沈昭被安置在一架特制的软轿中。这软轿是岩伯亲自监督,由族中最好的工匠紧急改造而成:以坚韧的老藤为骨架,铺上数层厚厚的、鞣制柔软的兽皮,内衬塞满了干燥清香的草药和蓬松的苔藓,既减震又透气。轿身轻便,可由两名壮健的赤夷战士一前一后平稳抬起,必要时也可由一人背负。此刻,沈昭静静地躺在其中,身上盖着萧衍的披风,只露出一张苍白静谧的脸。鸣玉紧贴她心口,散发着稳定而温润的乳白色光晕,那道纤细的光束依旧连接着她的眉心,如同维系生命的脐带。
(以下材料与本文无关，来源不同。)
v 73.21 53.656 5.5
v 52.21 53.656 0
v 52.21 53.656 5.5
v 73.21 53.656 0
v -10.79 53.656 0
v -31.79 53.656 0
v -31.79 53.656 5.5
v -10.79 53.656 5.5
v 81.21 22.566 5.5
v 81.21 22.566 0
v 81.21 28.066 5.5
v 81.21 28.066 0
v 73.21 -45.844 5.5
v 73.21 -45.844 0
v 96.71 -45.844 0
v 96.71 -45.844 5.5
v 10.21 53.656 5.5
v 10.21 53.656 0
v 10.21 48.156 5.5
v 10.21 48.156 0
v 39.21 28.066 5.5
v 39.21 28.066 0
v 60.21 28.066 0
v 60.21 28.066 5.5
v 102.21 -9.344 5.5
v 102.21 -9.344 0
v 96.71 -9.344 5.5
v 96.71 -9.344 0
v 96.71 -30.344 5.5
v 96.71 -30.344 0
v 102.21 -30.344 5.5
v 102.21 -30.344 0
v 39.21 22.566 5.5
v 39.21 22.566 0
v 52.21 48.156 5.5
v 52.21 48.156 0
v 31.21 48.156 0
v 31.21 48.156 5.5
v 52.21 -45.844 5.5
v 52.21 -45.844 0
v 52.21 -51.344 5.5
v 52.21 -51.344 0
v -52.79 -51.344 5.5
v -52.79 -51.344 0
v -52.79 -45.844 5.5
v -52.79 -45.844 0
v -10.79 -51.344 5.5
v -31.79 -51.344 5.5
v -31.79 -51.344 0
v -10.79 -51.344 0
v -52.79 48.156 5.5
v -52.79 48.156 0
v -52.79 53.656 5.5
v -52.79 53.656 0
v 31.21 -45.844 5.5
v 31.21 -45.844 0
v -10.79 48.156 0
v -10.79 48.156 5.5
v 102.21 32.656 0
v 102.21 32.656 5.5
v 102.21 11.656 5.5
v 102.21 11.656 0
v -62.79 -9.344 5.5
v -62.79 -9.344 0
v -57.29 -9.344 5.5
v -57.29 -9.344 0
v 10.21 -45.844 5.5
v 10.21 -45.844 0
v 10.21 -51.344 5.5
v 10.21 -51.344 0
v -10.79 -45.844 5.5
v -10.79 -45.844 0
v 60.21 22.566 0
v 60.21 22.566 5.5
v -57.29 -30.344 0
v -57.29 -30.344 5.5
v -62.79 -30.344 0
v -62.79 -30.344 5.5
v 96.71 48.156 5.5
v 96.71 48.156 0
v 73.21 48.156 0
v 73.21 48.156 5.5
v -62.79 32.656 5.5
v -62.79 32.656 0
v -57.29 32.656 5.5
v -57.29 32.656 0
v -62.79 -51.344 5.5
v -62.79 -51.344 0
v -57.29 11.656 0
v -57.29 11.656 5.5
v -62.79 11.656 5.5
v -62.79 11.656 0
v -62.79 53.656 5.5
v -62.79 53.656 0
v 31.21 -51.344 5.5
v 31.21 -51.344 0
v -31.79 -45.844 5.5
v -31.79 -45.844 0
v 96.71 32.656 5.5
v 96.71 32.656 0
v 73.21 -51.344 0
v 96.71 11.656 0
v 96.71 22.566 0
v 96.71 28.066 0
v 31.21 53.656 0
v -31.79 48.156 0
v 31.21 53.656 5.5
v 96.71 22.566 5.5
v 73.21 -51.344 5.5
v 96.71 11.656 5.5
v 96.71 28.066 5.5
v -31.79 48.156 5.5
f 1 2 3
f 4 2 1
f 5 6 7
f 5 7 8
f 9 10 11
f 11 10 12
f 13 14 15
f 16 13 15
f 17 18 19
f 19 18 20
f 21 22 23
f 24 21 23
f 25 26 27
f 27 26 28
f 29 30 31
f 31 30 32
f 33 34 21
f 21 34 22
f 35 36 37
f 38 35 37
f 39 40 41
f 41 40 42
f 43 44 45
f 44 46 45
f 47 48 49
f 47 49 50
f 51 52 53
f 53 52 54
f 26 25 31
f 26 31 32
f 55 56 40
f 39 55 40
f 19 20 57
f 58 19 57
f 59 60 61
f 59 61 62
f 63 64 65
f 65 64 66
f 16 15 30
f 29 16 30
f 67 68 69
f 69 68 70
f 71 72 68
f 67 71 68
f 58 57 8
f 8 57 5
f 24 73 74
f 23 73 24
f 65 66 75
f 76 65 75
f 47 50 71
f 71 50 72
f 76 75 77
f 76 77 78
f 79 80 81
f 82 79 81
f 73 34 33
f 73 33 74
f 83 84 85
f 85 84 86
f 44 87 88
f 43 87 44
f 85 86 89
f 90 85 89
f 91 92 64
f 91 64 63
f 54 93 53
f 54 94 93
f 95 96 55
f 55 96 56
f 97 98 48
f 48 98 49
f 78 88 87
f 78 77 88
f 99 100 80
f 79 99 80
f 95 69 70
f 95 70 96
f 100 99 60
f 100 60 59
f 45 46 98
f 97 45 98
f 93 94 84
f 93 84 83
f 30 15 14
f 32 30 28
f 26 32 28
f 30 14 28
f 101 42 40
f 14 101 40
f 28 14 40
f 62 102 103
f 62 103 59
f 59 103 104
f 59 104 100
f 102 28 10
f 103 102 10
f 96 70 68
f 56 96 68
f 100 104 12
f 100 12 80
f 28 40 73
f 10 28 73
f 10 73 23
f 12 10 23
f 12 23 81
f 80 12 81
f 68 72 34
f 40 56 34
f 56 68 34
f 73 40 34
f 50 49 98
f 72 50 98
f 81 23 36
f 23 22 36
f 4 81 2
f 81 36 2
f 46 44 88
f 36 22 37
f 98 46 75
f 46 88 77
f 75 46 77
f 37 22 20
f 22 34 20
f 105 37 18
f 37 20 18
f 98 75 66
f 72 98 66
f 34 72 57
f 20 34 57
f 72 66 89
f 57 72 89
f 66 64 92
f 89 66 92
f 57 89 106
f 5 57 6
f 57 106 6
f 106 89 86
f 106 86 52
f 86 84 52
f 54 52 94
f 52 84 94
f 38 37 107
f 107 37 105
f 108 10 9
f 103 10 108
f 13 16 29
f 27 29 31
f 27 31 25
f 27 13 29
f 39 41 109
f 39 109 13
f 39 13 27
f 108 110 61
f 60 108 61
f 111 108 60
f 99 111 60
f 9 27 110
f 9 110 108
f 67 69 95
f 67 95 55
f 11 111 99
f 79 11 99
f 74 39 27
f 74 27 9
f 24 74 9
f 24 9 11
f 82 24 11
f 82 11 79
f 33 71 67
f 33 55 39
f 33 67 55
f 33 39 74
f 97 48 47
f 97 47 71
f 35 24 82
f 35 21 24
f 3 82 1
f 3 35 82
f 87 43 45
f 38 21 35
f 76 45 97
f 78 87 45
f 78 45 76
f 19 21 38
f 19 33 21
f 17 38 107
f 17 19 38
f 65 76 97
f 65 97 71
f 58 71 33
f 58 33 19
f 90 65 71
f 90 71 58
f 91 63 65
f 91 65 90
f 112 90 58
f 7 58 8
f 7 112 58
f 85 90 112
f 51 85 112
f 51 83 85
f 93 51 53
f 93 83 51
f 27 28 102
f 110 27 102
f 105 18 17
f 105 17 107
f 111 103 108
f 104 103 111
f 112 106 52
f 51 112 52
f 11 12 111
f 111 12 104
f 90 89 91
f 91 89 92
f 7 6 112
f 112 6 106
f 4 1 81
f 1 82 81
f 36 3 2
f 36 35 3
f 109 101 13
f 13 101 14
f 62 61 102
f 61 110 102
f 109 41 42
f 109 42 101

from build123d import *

# Parameters (mm, degrees)
CROQUIS2_W              = 21
CROQUIS2_H              = 5.5
CROQUIS2_W_2            = 15.5
SALIENTE_EXTRUIR1_DEPTH = 5.5
CROQUIS3_W              = 21
CROQUIS3_H              = 5.5
CROQUIS3_W_2            = 7.5
SALIENTE_EXTRUIR2_DEPTH = 2.5
CROQUIS4_W              = 5.5
CROQUIS4_H              = 18.5
CROQUIS4_H_2            = 21
SALIENTE_EXTRUIR3_DEPTH = 2.5
CROQUIS5_W              = 10
CROQUIS5_H              = 5.5
CROQUIS5_W_2            = 21
SALIENTE_EXTRUIR4_DEPTH = 2.5
CROQUIS6_W              = 5.5
CROQUIS6_H              = 21
SALIENTE_EXTRUIR5_DEPTH = 2.5


with BuildPart() as part:
    # Croquis2 → Saliente-Extruir1 (new body)
    with BuildSketch(Plane.XY):
        Polygon((-60.290430527, -48.844252157), (-52.790430527, -48.844252157), (-52.790430527, -45.844252157), (-31.790430527, -45.844252157), (-31.790430527, -48.844252157), (-10.790430527, -48.844252157), (-10.790430527, -45.844252157), (10.209569473, -45.844252157), (10.209569473, -48.844252157), (31.209569473, -48.844252157), (31.209569473, -45.844252157), (52.209569473, -45.844252157), (52.209569473, -48.844252157), (73.209569473, -48.844252157), (73.209569473, -45.844252157), (94.209569473, -45.844252157), (96.709569473, -45.844252157), (96.709569473, -30.344252157), (99.709569473, -30.344252157), (99.709569473, -9.344252157), (96.709569473, -9.344252157), (96.709569473, 11.655747843), (99.709569473, 11.655747843), (99.709569473, 32.655747843), (96.709569473, 32.655747843), (96.709569473, 48.155747843), (73.209569473, 48.155747843), (73.209569473, 51.155747843), (52.209569473, 51.155747843), (52.209569473, 48.155747843), (31.209569473, 48.155747843), (31.209569473, 51.155747843), (10.209569473, 51.155747843), (10.209569473, 48.155747843), (-10.790430527, 48.155747843), (-10.790430527, 51.155747843), (-31.790430527, 51.155747843), (-31.790430527, 48.155747843), (-52.790430527, 48.155747843), (-52.790430527, 51.155747843), (-60.290430527, 51.155747843), (-60.290430527, 32.655747843), (-57.290430527, 32.655747843), (-57.290430527, 11.655747843), (-60.290430527, 11.655747843), (-60.290430527, -9.344252157), (-57.290430527, -9.344252157), (-57.290430527, -30.344252157), (-60.290430527, -30.344252157), align=None)
        with Locations((49.709569473, 25.315747843)):
            Rectangle(CROQUIS2_W, CROQUIS2_H, mode=Mode.SUBTRACT)
        with Locations((88.959569473, 25.315747843)):
            Rectangle(CROQUIS2_W_2, CROQUIS2_H, mode=Mode.SUBTRACT)
    extrude(amount=SALIENTE_EXTRUIR1_DEPTH)

    # Croquis3 → Saliente-Extruir2 (add)
    with BuildSketch(Plane(origin=(0, 51.155747843, 0), x_dir=(1, 0, 0), z_dir=(0, 1, 0))):
        with Locations((62.709569473, -2.75)):
            Rectangle(CROQUIS3_W, CROQUIS3_H)
        with Locations((20.709569473, -2.75)):
            Rectangle(CROQUIS3_W, CROQUIS3_H)
        with Locations((-21.290430527, -2.75)):
            Rectangle(CROQUIS3_W, CROQUIS3_H)
        with Locations((-56.540430527, -2.75)):
            Rectangle(CROQUIS3_W_2, CROQUIS3_H)
    extrude(amount=SALIENTE_EXTRUIR2_DEPTH)

    # Croquis4 → Saliente-Extruir3 (add)
    with BuildSketch(Plane.ZY.offset(60.290430527)):
        with Locations((2.75, -39.594252157)):
            Rectangle(CROQUIS4_W, CROQUIS4_H)
        with Locations((2.75, 1.155747843)):
            Rectangle(CROQUIS4_W, CROQUIS4_H_2)
        with Locations((2.75, 43.155747843)):
            Rectangle(CROQUIS4_W, CROQUIS4_H_2)
    extrude(amount=SALIENTE_EXTRUIR3_DEPTH)

    # Croquis5 → Saliente-Extruir4 (add)
    with BuildSketch(Plane.XZ.offset(48.844252157)):
        with Locations((-57.790430527, 2.75)):
            Rectangle(CROQUIS5_W, CROQUIS5_H)
        with Locations((-21.290430527, 2.75)):
            Rectangle(CROQUIS5_W_2, CROQUIS5_H)
        with Locations((20.709569473, 2.75)):
            Rectangle(CROQUIS5_W_2, CROQUIS5_H)
        with Locations((62.709569473, 2.75)):
            Rectangle(CROQUIS5_W_2, CROQUIS5_H)
    extrude(amount=SALIENTE_EXTRUIR4_DEPTH)

    # Croquis6 → Saliente-Extruir5 (add)
    with BuildSketch(Plane(origin=(99.709569473, 0, 0), x_dir=(0, 0, -1), z_dir=(1, 0, 0))):
        with Locations((-2.75, 22.155747843)):
            Rectangle(CROQUIS6_W, CROQUIS6_H)
        with Locations((-2.75, -19.844252157)):
            Rectangle(CROQUIS6_W, CROQUIS6_H)
    extrude(amount=SALIENTE_EXTRUIR5_DEPTH)


solid = part.part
萧衍拒绝了岩刚安排他人抬轿的提议,亲自与另一名沉默寡言但下盘极稳的赤夷老猎手,担起了前杠。他的伤势在岩伯的紧急处理和自身强横体魄压制下,暂时不会影响行动,但每一次迈步,胸腹间依旧传来隐痛。他不在乎。他的心神,大半都系在身后轿中那微弱却顽强的呼吸上,另一半则如同最精密的罗盘与雷达,凭借记忆中的方位和对地脉龙气的微弱感应,在错综复杂的山林间,选择着最隐蔽、最快捷、也相对最平稳的路径。
顾无言走在轿侧稍前位置,他脸色依旧不好,但眼神恢复了惯有的沉静。他没有再弹奏焦尾琴——那对此刻的他消耗太大。他只是将琴背在身后,手中握着一截音色特殊的空心竹管,偶尔凑到唇边,吹出几个极轻、频率奇特的单音。这些音符几乎无法被人耳捕捉,却能以特定的方式扰动周围气流,一定程度上驱散过于浓重的瘴气,惊走潜藏的毒虫,甚至微妙地“抚平”某些天然音障带来的心神干扰,为轿中的沈昭营造一个相对“宁静”的声学环境。这是他目前能为她做的最持久的护持。
岩刚挑选了四名最精锐、最熟悉西南山林的赤夷战士,两人在前探路,两人在后警戒。他们如同山林的幽灵,行动迅捷无声,眼神锐利如鹰,手中骨矛和涂抹了药油的短刀随时可以化作致命獠牙。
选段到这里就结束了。